- I am running a few independent codes, c++ iTensor (v3), on my Linux (ubuntu) with 64 CPUs.
- Is there a way to run each code on a specific number of CPUs?
- Let’s say if I have 8 jobs, each should occupy 8 CPUs and not interfere with each other.
- I am asking this, as I noticed without control over the way codes are spreading on CPUs, breaks down their speed hugely!!.
below, I attached the message after compiling the code on my machine.
g++ -m64 -std=c++17 -fconcepts -fPIC -c -I. -I'/home/pgi3/itensor_new' -O2 -DNDEBUG -Wall -Wno-unknown-pragmas -Wno-unused-variable -o main.o main.cc
g++ -m64 -std=c++17 -fconcepts -fPIC -I. -I'/home/pgi3/itensor_new' -O2 -DNDEBUG -Wall -Wno-unknown-pragmas -Wno-unused-variable main.o -o main -L'/home/pgi3/itensor_new/lib' -litensor -L/opt/intel/mkl/lib/intel64 -lmkl_intel_lp64 -lmkl_intel_thread -lmkl_rt -lmkl_core -liomp5 -lpthread
When you say you are running 8 jobs, do you mean on a shared computer cluster?
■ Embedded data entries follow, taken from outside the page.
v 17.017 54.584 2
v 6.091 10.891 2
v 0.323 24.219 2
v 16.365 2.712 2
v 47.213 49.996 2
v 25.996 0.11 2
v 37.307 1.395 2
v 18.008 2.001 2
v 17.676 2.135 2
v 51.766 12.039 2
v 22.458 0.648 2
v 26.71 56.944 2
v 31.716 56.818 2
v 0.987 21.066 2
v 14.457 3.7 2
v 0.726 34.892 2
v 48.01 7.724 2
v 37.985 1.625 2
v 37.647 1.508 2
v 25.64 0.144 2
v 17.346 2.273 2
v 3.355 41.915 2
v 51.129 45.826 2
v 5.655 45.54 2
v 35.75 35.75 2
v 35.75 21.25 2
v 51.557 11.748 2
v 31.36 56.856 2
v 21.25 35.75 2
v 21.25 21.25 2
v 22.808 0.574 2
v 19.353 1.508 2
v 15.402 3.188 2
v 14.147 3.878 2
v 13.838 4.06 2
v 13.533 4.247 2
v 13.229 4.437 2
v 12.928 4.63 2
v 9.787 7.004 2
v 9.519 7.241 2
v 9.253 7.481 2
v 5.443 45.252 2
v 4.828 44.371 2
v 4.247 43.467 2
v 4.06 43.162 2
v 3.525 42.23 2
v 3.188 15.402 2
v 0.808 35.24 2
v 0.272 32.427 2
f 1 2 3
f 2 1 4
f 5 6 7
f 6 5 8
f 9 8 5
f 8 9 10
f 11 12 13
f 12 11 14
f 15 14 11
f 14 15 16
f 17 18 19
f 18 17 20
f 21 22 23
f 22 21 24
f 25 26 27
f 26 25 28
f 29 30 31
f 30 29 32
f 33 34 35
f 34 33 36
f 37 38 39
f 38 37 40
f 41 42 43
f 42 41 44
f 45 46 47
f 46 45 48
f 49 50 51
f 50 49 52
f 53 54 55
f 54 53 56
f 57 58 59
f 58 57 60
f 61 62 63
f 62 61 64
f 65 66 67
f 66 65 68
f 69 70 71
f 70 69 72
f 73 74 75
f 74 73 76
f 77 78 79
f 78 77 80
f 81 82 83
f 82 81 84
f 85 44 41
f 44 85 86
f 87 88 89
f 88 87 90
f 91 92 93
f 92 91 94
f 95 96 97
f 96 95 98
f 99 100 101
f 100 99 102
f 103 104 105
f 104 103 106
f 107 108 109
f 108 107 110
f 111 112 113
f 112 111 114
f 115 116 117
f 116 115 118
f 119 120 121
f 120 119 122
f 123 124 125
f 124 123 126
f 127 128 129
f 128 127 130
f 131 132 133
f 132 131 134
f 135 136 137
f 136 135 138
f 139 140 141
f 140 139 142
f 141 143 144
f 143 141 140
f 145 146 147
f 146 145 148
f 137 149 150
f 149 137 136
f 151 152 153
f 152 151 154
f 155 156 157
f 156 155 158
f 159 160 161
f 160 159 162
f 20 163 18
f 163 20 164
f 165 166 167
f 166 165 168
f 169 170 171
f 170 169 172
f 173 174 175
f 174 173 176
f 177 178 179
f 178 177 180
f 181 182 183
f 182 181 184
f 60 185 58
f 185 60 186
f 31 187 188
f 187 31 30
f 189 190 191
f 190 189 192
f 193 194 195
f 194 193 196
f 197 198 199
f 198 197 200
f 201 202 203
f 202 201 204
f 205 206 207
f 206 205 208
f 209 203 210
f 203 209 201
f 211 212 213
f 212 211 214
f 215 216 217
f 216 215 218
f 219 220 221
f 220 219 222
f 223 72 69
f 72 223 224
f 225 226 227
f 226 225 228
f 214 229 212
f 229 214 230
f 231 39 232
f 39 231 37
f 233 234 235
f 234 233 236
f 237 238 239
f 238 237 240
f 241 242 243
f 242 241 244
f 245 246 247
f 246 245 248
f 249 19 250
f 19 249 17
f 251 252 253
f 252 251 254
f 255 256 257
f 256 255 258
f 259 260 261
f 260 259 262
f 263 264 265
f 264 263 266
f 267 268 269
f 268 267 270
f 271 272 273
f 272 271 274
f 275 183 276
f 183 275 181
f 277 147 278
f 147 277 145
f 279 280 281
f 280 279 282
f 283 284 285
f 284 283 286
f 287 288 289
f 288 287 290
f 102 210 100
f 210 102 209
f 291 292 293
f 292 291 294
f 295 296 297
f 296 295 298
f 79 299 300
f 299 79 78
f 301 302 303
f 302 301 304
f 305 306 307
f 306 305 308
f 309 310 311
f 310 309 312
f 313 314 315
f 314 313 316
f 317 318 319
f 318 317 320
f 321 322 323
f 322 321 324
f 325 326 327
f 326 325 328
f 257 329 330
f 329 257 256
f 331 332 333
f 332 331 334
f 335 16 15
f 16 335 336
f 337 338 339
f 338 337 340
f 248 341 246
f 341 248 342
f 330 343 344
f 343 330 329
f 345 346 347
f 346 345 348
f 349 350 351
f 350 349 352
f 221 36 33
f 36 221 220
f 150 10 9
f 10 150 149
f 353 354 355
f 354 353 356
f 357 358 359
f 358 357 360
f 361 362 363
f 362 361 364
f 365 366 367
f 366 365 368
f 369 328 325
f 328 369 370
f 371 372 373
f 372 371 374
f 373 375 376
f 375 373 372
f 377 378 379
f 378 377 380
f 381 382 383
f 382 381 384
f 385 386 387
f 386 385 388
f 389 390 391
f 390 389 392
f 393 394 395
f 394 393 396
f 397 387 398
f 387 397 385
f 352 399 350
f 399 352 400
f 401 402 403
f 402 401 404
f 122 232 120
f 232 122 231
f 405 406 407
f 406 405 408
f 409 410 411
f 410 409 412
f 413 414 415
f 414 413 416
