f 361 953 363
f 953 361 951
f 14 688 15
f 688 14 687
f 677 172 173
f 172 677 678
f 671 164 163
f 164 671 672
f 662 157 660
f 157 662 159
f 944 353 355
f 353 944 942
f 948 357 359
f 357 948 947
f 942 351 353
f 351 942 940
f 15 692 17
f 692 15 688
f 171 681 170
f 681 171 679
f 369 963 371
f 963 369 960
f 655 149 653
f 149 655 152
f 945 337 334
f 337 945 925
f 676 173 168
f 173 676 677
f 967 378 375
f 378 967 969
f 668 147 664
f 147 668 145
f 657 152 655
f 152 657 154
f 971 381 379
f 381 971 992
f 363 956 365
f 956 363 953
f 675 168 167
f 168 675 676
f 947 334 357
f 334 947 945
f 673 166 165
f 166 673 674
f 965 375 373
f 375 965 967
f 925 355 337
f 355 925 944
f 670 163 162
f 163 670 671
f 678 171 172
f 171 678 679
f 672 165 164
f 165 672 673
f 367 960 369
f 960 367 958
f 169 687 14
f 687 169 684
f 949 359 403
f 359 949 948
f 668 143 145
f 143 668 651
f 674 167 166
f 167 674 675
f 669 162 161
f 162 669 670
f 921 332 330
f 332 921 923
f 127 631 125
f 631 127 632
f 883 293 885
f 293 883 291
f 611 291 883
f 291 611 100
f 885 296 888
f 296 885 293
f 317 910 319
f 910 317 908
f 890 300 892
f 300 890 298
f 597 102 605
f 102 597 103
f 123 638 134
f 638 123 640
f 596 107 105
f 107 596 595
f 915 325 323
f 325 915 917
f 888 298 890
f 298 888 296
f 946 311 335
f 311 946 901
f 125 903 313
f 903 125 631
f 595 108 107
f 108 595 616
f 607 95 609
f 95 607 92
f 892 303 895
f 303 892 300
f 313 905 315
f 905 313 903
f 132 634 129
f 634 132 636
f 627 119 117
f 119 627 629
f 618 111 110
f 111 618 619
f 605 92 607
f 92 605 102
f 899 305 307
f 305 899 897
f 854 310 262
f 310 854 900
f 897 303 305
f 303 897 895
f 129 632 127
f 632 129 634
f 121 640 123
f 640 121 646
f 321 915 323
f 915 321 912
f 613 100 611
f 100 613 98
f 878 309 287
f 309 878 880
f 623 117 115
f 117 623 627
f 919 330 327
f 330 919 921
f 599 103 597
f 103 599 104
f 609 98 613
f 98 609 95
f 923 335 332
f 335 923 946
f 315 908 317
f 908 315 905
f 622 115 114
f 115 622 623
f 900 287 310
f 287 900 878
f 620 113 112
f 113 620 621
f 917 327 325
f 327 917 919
Or on a single machine (your machine, say)?
If on a cluster, then you will need to configure your job submission script to request a certain number of CPUs. For example, if your cluster uses the “slurm” system for managing jobs, there are certain flags or options you can pass to control this.
If on your own machine, then you are asking about multithreading and using a certain number of CPU cores. This is controlled by command line variables. The main ones to know about are the ones controlling the multithreading behavior of BLAS such as MKL_NUM_THREADS (since I see you’re using MKL). The other kind of multithreading present in ITensor is done using OpenMP and is multithreading over separate non-zero blocks (if present) due to conserved quantum numbers and symmetries. You can control the amount of this multithreading by setting the variable OMP_NUM_THREADS. A best practice for this situation is to set MKL_NUM_THREADS=1 if you are setting OMP_NUM_THREADS to something greater than 1.
Lastly, if you are talking about a single machine, you just might not be able to run 8 separate processes eight times faster than a single process. CPUs share a lot of cache memory and other resources and multithreading often does not offer ideal speedups beyond a certain point.
Many thanks for your fast and detailed reply.